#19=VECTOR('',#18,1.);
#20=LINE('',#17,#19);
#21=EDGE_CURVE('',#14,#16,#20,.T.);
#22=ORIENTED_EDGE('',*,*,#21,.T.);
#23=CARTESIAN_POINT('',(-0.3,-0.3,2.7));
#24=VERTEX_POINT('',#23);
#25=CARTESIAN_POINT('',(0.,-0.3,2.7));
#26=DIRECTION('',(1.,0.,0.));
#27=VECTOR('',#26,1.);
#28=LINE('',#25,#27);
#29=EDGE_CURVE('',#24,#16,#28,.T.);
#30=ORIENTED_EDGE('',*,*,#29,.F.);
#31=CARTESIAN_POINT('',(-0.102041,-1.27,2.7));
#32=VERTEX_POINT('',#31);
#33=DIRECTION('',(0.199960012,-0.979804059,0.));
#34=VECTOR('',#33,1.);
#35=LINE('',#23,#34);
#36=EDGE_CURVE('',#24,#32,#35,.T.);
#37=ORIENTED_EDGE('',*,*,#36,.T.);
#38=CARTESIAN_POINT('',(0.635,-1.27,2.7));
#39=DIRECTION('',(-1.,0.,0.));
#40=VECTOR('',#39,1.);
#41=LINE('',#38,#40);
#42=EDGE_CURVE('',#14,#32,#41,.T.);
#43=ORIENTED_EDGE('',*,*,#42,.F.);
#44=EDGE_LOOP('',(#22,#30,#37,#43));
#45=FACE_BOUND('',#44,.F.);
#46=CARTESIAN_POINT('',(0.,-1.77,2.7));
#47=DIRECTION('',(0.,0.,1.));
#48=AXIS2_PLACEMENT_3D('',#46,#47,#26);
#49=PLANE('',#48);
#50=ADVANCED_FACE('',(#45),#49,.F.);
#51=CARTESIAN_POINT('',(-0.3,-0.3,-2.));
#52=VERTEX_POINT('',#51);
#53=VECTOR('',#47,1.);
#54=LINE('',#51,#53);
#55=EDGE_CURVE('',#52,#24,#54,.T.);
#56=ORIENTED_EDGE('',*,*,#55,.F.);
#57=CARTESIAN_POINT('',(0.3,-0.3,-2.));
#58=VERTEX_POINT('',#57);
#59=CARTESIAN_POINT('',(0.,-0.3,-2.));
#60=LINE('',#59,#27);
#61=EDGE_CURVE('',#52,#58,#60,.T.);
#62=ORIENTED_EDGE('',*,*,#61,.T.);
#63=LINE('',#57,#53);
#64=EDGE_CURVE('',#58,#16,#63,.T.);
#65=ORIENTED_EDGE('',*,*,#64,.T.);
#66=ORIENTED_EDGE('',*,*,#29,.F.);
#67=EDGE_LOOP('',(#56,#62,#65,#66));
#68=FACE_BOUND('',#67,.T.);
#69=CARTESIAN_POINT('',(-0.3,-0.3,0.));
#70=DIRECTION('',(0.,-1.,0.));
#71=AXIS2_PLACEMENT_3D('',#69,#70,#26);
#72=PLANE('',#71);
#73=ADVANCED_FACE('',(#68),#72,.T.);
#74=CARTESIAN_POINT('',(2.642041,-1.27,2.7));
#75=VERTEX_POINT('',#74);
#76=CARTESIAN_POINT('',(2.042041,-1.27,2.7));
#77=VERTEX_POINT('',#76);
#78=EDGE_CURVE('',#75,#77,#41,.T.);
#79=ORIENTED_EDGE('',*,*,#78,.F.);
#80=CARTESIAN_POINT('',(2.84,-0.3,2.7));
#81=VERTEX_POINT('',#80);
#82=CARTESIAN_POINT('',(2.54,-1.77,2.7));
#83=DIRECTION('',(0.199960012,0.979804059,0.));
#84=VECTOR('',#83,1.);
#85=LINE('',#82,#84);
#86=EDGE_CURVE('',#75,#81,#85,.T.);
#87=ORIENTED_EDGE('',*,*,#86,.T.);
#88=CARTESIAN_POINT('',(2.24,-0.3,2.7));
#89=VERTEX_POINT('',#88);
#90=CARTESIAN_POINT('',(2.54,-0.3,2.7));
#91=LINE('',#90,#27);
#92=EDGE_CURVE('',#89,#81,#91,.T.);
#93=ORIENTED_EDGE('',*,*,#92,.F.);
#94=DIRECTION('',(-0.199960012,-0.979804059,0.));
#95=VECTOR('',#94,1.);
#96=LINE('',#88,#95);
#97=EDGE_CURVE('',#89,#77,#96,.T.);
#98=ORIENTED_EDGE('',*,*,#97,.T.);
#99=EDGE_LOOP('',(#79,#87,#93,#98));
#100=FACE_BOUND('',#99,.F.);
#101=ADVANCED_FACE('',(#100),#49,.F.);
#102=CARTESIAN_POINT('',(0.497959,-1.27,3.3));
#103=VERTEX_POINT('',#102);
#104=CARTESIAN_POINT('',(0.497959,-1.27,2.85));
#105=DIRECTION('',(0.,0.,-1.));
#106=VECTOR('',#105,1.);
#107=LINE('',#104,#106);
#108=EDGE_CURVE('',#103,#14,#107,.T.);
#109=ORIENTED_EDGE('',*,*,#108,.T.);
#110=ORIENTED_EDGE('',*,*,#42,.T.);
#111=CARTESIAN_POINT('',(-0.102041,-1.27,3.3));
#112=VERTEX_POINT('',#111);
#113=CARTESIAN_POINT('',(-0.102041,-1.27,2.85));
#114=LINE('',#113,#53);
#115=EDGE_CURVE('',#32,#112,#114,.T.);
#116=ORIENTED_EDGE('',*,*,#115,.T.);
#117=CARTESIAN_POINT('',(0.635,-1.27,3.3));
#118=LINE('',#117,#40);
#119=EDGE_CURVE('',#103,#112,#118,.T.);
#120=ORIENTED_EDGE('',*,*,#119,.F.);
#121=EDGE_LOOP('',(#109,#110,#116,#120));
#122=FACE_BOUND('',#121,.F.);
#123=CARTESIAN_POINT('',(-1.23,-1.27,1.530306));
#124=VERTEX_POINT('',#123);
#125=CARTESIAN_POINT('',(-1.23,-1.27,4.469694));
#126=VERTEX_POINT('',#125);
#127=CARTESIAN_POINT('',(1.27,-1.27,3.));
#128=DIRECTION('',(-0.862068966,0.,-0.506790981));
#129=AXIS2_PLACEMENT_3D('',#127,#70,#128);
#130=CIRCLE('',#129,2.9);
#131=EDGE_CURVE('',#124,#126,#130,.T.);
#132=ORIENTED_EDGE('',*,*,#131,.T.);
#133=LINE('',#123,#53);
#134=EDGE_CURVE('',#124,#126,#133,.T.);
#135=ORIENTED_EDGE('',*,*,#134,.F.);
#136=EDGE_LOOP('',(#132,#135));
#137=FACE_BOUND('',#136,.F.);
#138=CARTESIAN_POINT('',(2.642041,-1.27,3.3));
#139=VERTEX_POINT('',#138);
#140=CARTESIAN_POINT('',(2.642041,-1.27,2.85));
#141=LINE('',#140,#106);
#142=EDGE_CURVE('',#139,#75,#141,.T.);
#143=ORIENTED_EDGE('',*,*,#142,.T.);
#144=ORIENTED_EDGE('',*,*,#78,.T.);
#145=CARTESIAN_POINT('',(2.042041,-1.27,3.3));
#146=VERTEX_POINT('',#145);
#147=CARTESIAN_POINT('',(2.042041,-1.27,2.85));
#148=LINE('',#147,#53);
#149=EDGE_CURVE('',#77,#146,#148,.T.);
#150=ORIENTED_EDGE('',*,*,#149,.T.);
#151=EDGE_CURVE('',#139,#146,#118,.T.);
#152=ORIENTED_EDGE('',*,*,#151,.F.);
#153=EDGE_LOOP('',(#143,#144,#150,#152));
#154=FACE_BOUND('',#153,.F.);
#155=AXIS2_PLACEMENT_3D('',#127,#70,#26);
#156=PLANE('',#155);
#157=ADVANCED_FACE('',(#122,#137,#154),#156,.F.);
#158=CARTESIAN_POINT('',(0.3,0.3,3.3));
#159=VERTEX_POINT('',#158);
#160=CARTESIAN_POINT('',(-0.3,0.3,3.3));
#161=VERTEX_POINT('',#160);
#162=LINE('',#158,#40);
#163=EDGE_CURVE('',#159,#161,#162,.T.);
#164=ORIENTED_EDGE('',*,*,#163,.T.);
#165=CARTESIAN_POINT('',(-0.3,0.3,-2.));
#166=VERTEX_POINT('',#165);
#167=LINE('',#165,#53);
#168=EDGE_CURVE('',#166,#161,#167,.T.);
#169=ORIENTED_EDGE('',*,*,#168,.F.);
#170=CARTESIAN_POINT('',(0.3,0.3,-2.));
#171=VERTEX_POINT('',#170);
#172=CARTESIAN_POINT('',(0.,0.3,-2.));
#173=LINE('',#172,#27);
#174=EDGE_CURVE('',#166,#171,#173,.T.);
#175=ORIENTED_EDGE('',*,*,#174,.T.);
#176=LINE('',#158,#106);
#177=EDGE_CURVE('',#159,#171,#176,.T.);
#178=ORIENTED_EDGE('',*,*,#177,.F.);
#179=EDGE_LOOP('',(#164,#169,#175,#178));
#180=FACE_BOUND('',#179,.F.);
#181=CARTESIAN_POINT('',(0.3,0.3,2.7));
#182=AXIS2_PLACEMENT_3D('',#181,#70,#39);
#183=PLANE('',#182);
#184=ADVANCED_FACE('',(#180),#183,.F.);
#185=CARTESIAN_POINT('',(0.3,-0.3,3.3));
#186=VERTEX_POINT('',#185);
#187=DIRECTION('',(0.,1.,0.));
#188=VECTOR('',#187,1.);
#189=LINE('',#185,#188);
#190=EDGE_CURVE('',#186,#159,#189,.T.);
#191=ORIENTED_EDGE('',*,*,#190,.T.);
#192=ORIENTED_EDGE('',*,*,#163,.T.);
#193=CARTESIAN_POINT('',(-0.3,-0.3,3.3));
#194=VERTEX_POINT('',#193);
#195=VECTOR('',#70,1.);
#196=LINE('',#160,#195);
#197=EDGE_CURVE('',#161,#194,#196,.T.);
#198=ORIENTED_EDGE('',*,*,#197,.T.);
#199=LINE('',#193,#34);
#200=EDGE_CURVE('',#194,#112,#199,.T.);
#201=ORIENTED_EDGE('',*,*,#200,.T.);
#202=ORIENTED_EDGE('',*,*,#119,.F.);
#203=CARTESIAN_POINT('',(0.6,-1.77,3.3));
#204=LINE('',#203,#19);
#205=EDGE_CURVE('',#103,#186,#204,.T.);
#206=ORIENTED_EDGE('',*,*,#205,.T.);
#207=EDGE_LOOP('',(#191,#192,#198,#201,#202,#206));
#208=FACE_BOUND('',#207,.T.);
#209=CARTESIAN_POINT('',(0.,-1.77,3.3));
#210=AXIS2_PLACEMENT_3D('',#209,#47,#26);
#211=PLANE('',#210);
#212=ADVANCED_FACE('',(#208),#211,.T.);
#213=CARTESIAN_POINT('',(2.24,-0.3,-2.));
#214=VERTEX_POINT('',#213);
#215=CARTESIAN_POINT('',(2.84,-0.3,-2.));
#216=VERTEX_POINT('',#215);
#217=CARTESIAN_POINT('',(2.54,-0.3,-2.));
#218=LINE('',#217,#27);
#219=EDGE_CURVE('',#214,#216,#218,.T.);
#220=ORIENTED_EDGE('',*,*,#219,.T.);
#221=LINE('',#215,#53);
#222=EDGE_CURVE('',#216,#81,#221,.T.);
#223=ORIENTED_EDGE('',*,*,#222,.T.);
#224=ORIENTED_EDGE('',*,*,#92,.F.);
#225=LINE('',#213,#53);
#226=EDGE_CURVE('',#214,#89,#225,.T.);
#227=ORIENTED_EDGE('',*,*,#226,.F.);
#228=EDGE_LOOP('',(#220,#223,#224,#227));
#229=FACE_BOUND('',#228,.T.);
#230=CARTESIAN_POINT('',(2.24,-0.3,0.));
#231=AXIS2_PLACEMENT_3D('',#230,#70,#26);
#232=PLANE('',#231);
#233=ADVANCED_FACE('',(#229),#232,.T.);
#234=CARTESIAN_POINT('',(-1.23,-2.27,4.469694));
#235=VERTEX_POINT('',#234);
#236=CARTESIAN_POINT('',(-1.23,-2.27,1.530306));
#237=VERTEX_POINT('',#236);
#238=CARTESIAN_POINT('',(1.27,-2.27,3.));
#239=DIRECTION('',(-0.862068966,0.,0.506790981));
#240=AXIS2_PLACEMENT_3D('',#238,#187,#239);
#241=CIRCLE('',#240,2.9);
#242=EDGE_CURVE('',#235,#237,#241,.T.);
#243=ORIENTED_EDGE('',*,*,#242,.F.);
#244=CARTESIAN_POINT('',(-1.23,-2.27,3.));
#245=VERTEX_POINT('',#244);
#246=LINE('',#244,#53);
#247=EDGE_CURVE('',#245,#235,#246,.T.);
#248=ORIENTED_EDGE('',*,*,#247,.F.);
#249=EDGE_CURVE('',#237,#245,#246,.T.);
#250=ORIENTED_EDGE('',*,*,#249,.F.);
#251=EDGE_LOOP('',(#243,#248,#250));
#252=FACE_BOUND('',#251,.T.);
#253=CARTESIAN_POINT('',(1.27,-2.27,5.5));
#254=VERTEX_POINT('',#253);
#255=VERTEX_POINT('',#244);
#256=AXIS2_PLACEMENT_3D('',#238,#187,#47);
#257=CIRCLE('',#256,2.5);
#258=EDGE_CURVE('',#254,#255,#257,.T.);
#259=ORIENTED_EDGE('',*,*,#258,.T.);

YOUR INSTRUCTIONS: What you return must be the lines above that run from the line with "#107=LINE('',#104,#106);" to the line with "#114=LINE('',#113,#53);", inclusive, each copied exactly.

ANSWER TO THIS EXERCISE:
#107=LINE('',#104,#106);
#108=EDGE_CURVE('',#103,#14,#107,.T.);
#109=ORIENTED_EDGE('',*,*,#108,.T.);
#110=ORIENTED_EDGE('',*,*,#42,.T.);
#111=CARTESIAN_POINT('',(-0.102041,-1.27,3.3));
#112=VERTEX_POINT('',#111);
#113=CARTESIAN_POINT('',(-0.102041,-1.27,2.85));
#114=LINE('',#113,#53);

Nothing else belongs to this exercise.